Rosly minicourse on twistor theory

During the period October 8 – November 15, 2013,
Andrei Mikhailov (IFT-UNESP) and Alexei Rosly (ITEP Moscow) will be giving a minicourse on Twistor Theory.

Tentative schedule: Tuesdays and Thursdays at 18:00 in Room 3 of IFT-UNESP. The first meeting will be on Tuesday October 8 at 18:00.

Course plan:
1. Short introduction into complex geometry by Andrei Mikhailov (5 lectures on Oct. 8, 10, 15, 17, 22):

Basic complex analysis. Analytic functions and main facts about them.
Complex structure on a manifold.
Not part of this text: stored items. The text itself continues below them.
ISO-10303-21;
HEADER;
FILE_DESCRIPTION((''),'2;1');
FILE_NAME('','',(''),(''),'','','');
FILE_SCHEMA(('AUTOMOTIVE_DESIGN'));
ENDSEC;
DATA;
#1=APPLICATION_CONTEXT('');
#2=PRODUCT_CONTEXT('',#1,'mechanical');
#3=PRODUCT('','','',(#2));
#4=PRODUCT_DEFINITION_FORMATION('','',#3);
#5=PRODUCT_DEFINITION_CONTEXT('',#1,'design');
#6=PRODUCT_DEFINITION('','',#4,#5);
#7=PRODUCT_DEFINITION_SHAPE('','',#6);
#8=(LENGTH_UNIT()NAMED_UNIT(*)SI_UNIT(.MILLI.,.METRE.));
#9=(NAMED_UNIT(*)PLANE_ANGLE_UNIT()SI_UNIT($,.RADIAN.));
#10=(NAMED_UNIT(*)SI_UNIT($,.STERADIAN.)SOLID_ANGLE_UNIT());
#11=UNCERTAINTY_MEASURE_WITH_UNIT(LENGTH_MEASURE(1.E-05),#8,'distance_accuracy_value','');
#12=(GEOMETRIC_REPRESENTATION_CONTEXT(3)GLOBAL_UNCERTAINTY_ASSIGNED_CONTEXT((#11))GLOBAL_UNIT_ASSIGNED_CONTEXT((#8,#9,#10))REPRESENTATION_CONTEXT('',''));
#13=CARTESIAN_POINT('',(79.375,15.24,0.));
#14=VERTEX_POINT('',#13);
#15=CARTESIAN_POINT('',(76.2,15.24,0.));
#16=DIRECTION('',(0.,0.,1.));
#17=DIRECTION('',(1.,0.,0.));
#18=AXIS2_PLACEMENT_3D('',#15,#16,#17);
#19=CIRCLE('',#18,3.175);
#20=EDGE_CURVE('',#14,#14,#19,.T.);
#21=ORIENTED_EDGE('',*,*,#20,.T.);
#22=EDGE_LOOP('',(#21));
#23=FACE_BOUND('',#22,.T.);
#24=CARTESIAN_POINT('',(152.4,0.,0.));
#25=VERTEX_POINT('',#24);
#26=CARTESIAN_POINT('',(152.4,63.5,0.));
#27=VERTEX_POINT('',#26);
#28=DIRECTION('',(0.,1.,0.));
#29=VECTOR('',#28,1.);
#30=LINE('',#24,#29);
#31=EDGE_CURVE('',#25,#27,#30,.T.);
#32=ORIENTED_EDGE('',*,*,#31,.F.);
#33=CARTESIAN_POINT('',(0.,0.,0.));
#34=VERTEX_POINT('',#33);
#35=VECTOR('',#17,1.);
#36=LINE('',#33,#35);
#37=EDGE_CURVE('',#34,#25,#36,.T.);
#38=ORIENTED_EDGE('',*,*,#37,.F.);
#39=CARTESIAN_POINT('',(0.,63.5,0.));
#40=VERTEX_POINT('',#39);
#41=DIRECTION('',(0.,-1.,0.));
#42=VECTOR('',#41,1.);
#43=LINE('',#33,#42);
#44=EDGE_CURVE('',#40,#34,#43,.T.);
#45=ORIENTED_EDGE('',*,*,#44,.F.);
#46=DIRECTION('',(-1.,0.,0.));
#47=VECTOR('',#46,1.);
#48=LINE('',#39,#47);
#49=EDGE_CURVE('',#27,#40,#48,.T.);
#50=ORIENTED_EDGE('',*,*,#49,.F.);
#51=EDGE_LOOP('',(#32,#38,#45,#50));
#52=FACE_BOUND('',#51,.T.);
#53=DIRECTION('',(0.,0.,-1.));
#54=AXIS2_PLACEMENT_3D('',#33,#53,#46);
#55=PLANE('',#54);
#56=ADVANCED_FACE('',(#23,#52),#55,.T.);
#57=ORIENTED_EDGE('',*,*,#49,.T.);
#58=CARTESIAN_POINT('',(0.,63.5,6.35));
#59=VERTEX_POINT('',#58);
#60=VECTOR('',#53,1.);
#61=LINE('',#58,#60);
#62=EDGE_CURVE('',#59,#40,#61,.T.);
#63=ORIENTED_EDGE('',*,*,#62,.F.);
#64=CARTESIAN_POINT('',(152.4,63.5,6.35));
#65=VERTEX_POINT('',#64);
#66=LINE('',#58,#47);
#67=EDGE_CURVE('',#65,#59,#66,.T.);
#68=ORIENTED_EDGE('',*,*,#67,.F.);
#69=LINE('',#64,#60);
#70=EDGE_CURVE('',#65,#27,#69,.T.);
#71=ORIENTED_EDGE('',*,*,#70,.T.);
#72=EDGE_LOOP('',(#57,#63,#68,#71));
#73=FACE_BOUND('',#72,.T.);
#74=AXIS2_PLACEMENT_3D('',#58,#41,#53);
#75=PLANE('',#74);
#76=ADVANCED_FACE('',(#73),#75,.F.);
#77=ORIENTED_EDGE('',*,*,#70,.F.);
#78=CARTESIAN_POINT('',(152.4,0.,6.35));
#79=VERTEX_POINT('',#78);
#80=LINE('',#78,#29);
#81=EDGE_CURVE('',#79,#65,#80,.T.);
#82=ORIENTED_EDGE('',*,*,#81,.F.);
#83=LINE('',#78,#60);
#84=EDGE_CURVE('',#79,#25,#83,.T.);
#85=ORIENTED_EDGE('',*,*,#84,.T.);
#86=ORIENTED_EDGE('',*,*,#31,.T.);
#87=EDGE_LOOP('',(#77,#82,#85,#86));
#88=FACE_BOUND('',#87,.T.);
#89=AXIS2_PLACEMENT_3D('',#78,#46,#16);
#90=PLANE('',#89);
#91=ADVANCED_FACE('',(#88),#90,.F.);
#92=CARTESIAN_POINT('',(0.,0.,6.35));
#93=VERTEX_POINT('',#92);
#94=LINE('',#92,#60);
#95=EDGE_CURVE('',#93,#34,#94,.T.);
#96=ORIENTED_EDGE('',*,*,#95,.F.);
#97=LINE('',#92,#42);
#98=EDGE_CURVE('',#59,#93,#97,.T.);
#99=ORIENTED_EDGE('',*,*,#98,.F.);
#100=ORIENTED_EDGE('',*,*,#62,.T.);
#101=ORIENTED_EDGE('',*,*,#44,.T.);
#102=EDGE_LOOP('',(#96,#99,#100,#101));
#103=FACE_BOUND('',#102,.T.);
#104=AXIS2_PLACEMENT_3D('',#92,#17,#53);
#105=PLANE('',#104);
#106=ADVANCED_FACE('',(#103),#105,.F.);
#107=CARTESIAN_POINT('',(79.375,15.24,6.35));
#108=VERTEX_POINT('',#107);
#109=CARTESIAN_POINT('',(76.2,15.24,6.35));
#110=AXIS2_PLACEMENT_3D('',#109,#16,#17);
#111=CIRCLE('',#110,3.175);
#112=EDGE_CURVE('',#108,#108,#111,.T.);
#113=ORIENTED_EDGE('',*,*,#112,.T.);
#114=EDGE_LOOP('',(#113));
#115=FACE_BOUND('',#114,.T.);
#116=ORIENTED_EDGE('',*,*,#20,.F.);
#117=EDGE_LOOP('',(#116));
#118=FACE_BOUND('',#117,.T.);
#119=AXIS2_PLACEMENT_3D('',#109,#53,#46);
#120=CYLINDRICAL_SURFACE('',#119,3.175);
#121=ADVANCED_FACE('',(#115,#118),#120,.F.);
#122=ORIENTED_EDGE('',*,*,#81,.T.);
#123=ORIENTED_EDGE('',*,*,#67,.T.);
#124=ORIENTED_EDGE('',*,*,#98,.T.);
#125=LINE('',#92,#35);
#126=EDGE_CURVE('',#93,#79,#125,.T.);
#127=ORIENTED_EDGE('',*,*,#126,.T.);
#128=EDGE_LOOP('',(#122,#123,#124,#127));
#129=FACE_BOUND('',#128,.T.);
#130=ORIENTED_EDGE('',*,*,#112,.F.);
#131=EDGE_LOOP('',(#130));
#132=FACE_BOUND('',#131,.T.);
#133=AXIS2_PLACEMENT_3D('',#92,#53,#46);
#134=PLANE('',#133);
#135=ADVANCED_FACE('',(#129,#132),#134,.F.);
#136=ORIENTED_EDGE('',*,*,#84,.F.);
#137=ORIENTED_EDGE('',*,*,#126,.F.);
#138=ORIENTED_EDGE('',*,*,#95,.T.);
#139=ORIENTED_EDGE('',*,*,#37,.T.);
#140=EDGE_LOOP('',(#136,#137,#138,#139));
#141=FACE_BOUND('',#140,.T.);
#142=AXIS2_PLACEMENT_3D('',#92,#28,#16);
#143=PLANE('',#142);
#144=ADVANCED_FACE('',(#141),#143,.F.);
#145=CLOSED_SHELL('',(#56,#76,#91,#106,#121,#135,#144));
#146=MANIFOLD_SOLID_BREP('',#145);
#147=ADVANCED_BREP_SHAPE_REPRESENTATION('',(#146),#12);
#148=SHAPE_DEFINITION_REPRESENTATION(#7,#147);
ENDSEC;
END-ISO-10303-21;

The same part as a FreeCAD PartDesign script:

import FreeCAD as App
import Part
import Sketcher

V = App.Vector
Q = App.Units.Quantity

doc = App.newDocument("Part")
params = doc.addObject("Spreadsheet::Sheet", "Params")
for row, (alias, value) in enumerate([
    ("sketch1_diameter", "0.25 in"),
    ("sketch1_width", "6 in"),
    ("sketch1_height", "2.5 in"),
    ("pad1_length", "0.25 in"),
], start=1):
    params.set(f"A{row}", alias)
    params.set(f"B{row}", "=" + value)
    params.setAlias(f"B{row}", alias)

body = doc.addObject("PartDesign::Body", "Body")

# Sketch on XY plane
sketch1 = doc.addObject("Sketcher::SketchObject", "Sketch")
body.addObject(sketch1)
sketch1.AttachmentSupport = (doc.XY_Plane, [""])
sketch1.MapMode = "FlatFace"
sketch1.addGeometry([
    Part.LineSegment(V(0, 63.5, 0), V(0, 0, 0)),  # 0
    Part.LineSegment(V(0, 0, 0), V(152.4, 0, 0)),  # 1
    Part.LineSegment(V(152.4, 0, 0), V(152.4, 63.5, 0)),  # 2
    Part.LineSegment(V(152.4, 63.5, 0), V(0, 63.5, 0)),  # 3
    Part.Circle(V(76.2, 15.2, 0), V(0, 0, 1), 3.2),  # 4
], False)
sketch1.addConstraint([
    Sketcher.Constraint("Coincident", 0, 2, 1, 1),
    Sketcher.Constraint("Coincident", 1, 2, 2, 1),
    Sketcher.Constraint("Coincident", 2, 2, 3, 1),
    Sketcher.Constraint("Coincident", 3, 2, 0, 1),
    Sketcher.Constraint("Vertical", 0),
    Sketcher.Constraint("Horizontal", 1),
    Sketcher.Constraint("Vertical", 2),
    Sketcher.Constraint("Horizontal", 3),
    Sketcher.Constraint("Coincident", 0, 2, -1, 1),
    Sketcher.Constraint("Diameter", 4, Q("0.25 in")),
    Sketcher.Constraint("DistanceX", 1, 1, 1, 2, Q("6 in")),
    Sketcher.Constraint("DistanceY", 0, 2, 0, 1, Q("2.5 in")),
    Sketcher.Constraint("DistanceX", -1, 1, 4, 3, Q("3 in")),
    Sketcher.Constraint("DistanceY", -1, 1, 4, 3, Q("0.6 in")),
])
sketch1.setExpression("Constraints[9]", "Params.sketch1_diameter")
sketch1.setExpression("Constraints[10]", "Params.sketch1_width")
sketch1.setExpression("Constraints[11]", "Params.sketch1_height")
pad1 = doc.addObject("PartDesign::Pad", "Pad")
body.addObject(pad1)
pad1.Profile = sketch1
pad1.setExpression("Length", "Params.pad1_length")

doc.recompute()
Integrability conditions.
Holomorphic vector bundles.
Cohomology problems associated to holomorphic vector bundles.
Cohomology and deformation theory.
Complex projective space CPn.
Dolbeault and Cech cohomology.

2. Lectures by Alexei Rosly on twistor methods (5 lectures on Oct. 24, 29, 31, Nov. 12, 14):

Complexified space-time and twistor transform.
Self-duality equations as a zero curvature condition.
Twistor description of free massless fields of arbitrary spin.
Elements of the ADHM construction.
Example of solving the Self-Duality equations with help of twistors: tree level MHV amplitudes.
If time permits, supertwistors.